[MATERIALS PROVIDED — start]

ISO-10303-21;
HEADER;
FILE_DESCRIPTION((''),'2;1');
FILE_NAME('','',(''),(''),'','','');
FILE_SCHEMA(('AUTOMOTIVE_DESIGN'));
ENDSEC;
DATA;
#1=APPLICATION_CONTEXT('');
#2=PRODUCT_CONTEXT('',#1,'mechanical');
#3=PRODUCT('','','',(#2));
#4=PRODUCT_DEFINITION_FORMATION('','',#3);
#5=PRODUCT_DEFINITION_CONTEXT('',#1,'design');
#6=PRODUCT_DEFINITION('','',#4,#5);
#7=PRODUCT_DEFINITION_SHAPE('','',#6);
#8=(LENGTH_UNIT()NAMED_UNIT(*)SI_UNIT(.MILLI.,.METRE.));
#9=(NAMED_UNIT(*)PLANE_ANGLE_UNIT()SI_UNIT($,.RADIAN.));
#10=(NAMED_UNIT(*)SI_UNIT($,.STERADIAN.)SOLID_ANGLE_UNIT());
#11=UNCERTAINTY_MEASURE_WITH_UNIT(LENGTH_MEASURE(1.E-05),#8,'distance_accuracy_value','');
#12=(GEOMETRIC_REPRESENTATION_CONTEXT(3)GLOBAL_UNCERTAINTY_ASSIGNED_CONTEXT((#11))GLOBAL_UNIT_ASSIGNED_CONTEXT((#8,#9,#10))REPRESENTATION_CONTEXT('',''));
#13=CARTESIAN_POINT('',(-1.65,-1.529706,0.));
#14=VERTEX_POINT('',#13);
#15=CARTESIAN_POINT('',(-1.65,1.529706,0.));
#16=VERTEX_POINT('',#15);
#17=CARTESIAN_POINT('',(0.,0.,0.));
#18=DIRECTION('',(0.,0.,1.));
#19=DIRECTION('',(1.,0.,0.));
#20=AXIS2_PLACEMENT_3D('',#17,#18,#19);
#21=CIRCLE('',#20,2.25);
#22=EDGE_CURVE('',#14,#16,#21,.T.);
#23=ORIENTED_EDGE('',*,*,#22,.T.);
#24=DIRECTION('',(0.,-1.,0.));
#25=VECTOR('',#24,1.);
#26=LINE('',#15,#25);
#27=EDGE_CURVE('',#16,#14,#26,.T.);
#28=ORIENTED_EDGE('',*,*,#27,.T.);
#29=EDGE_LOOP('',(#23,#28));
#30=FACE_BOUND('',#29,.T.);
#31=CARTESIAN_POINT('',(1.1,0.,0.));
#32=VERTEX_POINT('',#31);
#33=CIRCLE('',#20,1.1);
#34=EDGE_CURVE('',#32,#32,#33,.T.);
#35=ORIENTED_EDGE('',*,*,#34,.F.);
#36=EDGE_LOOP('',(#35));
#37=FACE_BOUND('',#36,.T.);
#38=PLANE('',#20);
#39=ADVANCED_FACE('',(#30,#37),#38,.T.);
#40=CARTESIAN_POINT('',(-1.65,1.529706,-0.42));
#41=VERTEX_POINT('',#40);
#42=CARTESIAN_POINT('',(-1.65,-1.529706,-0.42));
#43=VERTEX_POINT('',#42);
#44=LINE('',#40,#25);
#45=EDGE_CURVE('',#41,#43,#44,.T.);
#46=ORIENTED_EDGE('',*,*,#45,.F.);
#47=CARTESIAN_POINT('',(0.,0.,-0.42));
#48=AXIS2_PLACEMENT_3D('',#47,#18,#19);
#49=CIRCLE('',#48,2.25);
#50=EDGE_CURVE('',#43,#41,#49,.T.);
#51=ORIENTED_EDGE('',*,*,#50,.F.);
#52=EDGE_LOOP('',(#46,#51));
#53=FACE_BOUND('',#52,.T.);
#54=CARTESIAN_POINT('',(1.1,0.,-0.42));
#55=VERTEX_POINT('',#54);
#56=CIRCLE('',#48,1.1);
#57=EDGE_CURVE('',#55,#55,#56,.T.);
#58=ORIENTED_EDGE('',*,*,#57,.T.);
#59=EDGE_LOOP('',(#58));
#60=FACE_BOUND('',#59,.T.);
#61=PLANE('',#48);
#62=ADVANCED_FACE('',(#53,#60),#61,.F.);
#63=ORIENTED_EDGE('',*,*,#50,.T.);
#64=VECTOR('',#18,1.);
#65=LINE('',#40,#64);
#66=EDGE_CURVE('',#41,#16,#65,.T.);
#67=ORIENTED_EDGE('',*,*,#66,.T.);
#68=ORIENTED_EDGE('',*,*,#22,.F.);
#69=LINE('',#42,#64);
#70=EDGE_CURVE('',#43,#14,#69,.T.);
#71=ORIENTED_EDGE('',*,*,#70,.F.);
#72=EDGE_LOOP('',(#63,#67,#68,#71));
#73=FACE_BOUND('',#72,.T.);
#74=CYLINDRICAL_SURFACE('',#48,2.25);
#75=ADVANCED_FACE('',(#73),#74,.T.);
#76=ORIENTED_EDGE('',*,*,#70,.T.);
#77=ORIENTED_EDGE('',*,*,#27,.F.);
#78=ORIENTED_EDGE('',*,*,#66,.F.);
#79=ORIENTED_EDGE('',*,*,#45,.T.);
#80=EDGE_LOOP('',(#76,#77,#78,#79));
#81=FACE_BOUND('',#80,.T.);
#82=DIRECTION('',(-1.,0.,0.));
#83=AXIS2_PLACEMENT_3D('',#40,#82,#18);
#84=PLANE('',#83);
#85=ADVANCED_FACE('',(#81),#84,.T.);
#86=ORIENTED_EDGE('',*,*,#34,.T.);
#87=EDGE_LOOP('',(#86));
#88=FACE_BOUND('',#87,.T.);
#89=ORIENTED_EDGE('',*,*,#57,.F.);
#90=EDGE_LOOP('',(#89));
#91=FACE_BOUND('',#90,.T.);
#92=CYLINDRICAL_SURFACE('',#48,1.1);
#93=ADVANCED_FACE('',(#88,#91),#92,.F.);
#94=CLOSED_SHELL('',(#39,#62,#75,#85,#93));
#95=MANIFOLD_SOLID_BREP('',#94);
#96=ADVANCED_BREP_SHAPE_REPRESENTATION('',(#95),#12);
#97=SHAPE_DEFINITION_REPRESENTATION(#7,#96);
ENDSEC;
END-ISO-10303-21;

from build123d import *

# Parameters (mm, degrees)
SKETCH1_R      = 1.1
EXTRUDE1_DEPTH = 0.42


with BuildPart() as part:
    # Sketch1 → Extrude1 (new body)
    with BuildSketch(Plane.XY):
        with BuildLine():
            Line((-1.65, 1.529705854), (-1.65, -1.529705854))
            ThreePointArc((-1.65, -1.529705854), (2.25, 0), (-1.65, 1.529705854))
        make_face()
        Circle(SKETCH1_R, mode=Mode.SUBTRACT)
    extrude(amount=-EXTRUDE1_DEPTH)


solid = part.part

[MATERIALS PROVIDED — finish]
[MATERIALS PROVIDED — start]

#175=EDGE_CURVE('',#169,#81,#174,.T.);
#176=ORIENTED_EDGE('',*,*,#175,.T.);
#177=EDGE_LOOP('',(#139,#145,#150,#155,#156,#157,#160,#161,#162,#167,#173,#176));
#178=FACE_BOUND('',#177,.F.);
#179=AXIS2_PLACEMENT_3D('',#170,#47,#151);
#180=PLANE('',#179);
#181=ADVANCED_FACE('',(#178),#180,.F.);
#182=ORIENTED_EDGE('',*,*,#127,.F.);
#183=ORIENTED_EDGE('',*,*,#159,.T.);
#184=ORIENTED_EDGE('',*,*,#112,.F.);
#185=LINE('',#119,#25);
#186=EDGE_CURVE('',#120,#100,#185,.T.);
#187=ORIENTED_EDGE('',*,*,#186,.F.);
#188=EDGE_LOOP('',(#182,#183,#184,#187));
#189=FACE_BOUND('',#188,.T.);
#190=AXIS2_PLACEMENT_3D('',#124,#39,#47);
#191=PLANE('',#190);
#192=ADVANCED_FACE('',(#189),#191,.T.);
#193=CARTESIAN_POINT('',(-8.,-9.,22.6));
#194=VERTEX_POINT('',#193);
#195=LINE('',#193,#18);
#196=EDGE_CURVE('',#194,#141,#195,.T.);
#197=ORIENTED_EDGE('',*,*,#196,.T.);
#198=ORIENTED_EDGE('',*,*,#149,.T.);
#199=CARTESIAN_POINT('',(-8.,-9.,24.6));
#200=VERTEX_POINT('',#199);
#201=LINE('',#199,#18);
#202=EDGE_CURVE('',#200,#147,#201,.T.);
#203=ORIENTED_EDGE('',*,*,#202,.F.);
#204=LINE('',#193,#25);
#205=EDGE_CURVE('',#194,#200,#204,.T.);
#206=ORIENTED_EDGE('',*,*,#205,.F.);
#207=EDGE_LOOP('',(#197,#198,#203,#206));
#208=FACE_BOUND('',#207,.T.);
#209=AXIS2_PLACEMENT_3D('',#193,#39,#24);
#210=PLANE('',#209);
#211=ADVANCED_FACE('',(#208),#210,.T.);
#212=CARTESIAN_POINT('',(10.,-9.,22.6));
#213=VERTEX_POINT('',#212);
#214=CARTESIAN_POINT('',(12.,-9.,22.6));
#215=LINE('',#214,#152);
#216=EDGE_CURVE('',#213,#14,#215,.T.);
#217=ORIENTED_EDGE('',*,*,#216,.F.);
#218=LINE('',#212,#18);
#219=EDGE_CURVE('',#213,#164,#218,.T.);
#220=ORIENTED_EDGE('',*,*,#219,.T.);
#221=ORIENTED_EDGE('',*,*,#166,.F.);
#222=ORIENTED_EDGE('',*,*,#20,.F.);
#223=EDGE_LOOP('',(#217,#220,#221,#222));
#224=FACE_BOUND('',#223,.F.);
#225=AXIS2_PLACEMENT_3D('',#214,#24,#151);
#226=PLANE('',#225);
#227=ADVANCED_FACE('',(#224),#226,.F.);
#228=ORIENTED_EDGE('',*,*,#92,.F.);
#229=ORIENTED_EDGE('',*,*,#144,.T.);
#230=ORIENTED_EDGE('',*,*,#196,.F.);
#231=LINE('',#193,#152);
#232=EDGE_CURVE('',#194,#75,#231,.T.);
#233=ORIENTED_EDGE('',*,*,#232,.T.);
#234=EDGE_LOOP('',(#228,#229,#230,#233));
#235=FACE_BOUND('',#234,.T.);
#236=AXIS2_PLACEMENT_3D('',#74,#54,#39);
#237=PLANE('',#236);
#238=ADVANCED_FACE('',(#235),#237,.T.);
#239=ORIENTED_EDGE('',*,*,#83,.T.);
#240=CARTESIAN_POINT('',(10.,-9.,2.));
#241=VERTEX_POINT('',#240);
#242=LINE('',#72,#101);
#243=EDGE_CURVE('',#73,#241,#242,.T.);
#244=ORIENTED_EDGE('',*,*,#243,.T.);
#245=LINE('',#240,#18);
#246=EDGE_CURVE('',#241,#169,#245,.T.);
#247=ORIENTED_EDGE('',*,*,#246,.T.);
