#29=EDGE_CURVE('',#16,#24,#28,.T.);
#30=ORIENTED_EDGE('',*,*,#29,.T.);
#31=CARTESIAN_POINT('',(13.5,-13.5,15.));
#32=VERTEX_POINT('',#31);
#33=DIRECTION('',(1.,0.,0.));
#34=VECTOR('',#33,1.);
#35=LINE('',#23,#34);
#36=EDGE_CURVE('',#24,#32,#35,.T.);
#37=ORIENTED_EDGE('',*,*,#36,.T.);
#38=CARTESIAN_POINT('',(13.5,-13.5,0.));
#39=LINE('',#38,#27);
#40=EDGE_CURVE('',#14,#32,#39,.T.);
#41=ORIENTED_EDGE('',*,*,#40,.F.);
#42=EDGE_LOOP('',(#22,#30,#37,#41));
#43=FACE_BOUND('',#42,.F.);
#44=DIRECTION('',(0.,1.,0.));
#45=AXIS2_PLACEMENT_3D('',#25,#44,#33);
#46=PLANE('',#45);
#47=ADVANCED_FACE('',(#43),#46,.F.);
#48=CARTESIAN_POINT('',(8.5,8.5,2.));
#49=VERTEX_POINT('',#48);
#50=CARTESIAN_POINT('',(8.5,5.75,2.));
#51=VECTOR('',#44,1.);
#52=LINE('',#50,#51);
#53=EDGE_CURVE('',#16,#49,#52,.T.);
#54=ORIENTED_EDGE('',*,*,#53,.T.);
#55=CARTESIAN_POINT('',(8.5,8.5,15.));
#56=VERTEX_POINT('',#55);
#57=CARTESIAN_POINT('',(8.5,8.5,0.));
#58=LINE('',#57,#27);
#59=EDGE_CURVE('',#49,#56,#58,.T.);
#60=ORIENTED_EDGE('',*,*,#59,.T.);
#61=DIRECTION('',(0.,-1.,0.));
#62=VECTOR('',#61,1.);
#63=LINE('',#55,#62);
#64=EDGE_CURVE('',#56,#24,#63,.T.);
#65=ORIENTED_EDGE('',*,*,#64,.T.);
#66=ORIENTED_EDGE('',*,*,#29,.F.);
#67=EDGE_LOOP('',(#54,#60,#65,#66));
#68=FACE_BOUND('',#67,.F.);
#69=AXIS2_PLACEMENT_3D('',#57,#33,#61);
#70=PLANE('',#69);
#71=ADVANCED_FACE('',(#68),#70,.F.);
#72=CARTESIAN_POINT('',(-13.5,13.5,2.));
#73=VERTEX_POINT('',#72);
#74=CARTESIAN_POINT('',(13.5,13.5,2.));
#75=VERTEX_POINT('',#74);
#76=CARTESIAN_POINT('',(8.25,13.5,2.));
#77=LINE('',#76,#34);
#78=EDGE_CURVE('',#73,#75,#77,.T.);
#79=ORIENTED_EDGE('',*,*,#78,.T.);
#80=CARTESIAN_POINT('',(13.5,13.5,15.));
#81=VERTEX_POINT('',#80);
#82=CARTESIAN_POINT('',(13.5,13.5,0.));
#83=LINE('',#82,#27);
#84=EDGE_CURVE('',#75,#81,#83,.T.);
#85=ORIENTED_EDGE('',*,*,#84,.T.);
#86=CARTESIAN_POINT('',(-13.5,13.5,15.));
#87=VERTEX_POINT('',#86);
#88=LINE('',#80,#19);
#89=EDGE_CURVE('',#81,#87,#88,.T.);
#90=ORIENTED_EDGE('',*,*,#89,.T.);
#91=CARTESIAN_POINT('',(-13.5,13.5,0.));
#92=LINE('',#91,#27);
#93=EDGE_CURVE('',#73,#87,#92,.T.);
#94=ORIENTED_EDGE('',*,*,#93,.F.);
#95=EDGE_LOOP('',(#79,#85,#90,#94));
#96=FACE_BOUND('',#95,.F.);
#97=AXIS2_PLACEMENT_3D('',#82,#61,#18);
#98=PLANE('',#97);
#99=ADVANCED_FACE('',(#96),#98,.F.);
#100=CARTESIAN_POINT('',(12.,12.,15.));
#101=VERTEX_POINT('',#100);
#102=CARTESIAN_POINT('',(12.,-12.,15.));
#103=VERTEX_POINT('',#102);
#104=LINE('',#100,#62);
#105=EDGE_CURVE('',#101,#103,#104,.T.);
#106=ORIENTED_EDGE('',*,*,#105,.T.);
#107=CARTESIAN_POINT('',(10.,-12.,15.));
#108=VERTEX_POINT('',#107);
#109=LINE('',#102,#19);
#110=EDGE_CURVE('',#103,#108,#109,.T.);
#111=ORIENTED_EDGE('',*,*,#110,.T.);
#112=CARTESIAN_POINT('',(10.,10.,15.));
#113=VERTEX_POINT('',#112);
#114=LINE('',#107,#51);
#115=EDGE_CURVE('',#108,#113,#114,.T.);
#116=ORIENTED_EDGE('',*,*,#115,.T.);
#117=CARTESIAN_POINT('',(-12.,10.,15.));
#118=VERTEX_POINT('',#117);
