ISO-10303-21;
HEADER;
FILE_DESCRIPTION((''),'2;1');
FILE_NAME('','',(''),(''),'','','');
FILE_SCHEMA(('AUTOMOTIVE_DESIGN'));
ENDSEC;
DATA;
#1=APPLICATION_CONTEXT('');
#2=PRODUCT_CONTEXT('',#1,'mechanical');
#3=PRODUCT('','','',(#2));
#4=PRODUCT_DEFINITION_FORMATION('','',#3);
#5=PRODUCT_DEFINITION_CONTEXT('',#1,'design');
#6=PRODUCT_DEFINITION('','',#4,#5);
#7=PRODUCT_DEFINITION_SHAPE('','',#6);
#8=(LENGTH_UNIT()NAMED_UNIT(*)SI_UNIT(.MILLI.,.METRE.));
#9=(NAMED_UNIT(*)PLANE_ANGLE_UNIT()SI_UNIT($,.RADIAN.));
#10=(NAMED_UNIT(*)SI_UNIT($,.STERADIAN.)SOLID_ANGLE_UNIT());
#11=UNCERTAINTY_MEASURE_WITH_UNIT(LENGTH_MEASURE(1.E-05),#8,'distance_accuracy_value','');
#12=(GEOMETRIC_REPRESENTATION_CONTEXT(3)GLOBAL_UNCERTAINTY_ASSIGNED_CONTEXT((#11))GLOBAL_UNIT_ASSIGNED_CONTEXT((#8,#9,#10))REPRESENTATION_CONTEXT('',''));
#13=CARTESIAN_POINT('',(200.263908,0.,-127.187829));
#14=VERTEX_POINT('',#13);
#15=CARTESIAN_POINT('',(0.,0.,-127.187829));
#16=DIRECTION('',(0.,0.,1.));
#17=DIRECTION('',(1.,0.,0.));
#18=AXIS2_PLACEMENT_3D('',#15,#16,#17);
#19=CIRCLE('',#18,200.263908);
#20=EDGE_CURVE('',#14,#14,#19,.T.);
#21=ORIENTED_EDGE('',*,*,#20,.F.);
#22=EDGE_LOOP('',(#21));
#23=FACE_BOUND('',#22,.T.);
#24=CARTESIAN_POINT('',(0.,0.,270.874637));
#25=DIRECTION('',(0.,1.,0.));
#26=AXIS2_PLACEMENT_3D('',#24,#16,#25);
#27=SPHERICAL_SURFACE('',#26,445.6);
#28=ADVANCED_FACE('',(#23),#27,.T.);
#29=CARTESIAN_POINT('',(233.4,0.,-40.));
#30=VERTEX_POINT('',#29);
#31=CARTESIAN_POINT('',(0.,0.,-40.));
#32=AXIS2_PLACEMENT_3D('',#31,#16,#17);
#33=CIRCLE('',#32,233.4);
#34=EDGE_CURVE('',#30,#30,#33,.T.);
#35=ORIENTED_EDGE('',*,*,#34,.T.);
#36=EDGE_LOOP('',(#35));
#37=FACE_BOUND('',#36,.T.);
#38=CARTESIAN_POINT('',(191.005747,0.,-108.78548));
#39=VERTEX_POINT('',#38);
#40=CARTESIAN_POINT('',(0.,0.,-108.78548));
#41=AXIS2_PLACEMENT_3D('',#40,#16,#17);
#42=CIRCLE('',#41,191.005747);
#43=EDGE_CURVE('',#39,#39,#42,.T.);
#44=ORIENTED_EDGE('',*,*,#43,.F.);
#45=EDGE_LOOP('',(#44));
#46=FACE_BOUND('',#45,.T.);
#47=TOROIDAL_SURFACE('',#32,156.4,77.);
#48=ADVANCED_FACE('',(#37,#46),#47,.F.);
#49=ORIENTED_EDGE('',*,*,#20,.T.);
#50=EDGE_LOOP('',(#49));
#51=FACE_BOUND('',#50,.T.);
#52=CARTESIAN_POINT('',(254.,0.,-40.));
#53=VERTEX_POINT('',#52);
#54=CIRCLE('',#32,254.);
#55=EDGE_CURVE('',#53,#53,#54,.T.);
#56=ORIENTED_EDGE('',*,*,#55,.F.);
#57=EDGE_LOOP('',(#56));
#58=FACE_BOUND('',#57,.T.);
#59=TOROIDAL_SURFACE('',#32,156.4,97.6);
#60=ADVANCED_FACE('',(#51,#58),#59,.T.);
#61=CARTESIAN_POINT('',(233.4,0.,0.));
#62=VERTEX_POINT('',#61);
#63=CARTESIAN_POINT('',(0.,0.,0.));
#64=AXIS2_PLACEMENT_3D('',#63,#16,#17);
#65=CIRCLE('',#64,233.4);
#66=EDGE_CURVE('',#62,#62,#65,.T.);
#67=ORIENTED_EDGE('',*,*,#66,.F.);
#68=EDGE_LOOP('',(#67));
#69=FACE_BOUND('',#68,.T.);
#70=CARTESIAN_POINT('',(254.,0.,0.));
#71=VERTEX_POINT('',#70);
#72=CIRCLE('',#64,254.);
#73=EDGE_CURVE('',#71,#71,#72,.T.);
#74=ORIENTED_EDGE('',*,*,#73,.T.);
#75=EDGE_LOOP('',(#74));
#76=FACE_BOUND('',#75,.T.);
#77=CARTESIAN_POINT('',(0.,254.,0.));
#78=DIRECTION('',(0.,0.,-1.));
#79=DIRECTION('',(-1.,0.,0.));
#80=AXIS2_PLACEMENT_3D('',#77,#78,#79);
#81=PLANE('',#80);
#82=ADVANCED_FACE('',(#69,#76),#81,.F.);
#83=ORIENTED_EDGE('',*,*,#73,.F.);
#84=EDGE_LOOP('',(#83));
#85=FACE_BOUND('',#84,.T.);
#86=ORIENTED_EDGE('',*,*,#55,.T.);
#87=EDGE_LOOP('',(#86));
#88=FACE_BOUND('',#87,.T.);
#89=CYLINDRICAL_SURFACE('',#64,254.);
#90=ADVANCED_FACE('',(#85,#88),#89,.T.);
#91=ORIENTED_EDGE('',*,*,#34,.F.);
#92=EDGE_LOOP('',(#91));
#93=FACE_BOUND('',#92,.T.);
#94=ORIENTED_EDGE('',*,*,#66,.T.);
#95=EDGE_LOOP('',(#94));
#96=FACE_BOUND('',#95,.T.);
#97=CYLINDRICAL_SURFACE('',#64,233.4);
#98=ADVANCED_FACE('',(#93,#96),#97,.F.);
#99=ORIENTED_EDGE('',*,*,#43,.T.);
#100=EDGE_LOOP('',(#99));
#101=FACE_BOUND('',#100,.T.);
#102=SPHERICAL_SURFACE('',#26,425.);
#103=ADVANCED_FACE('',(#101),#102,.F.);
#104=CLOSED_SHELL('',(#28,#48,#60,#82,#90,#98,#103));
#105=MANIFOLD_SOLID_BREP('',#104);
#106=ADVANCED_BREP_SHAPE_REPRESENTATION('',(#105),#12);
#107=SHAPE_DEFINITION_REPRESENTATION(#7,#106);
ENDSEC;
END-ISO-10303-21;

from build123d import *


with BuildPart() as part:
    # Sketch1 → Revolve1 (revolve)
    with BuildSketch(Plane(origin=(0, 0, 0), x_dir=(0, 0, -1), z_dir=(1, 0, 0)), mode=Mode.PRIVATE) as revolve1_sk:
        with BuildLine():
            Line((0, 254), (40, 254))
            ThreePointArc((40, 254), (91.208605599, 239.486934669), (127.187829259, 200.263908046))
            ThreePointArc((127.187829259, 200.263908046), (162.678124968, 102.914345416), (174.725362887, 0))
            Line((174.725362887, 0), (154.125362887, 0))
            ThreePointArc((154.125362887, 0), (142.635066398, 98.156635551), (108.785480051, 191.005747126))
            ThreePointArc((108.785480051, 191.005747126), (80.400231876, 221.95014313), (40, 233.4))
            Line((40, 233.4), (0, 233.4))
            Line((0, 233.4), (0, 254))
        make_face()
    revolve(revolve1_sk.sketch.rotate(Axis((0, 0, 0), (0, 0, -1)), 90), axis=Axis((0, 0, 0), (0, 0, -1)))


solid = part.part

[MATERIALS PROVIDED — finish]

__WHAT YOU ARE ASKED TO DO__.
Your task is to restate, word for word, only those lines above that fall between the line holding "#31=CARTESIAN_POINT('',(1.1,0.,0.));" and the line holding "#38=PLANE('',#20);", inclusive.

__SOLUTION TO THE EXERCISE__.
#31=CARTESIAN_POINT('',(1.1,0.,0.));
#32=VERTEX_POINT('',#31);
#33=CIRCLE('',#20,1.1);
#34=EDGE_CURVE('',#32,#32,#33,.T.);
#35=ORIENTED_EDGE('',*,*,#34,.F.);
#36=EDGE_LOOP('',(#35));
#37=FACE_BOUND('',#36,.T.);
#38=PLANE('',#20);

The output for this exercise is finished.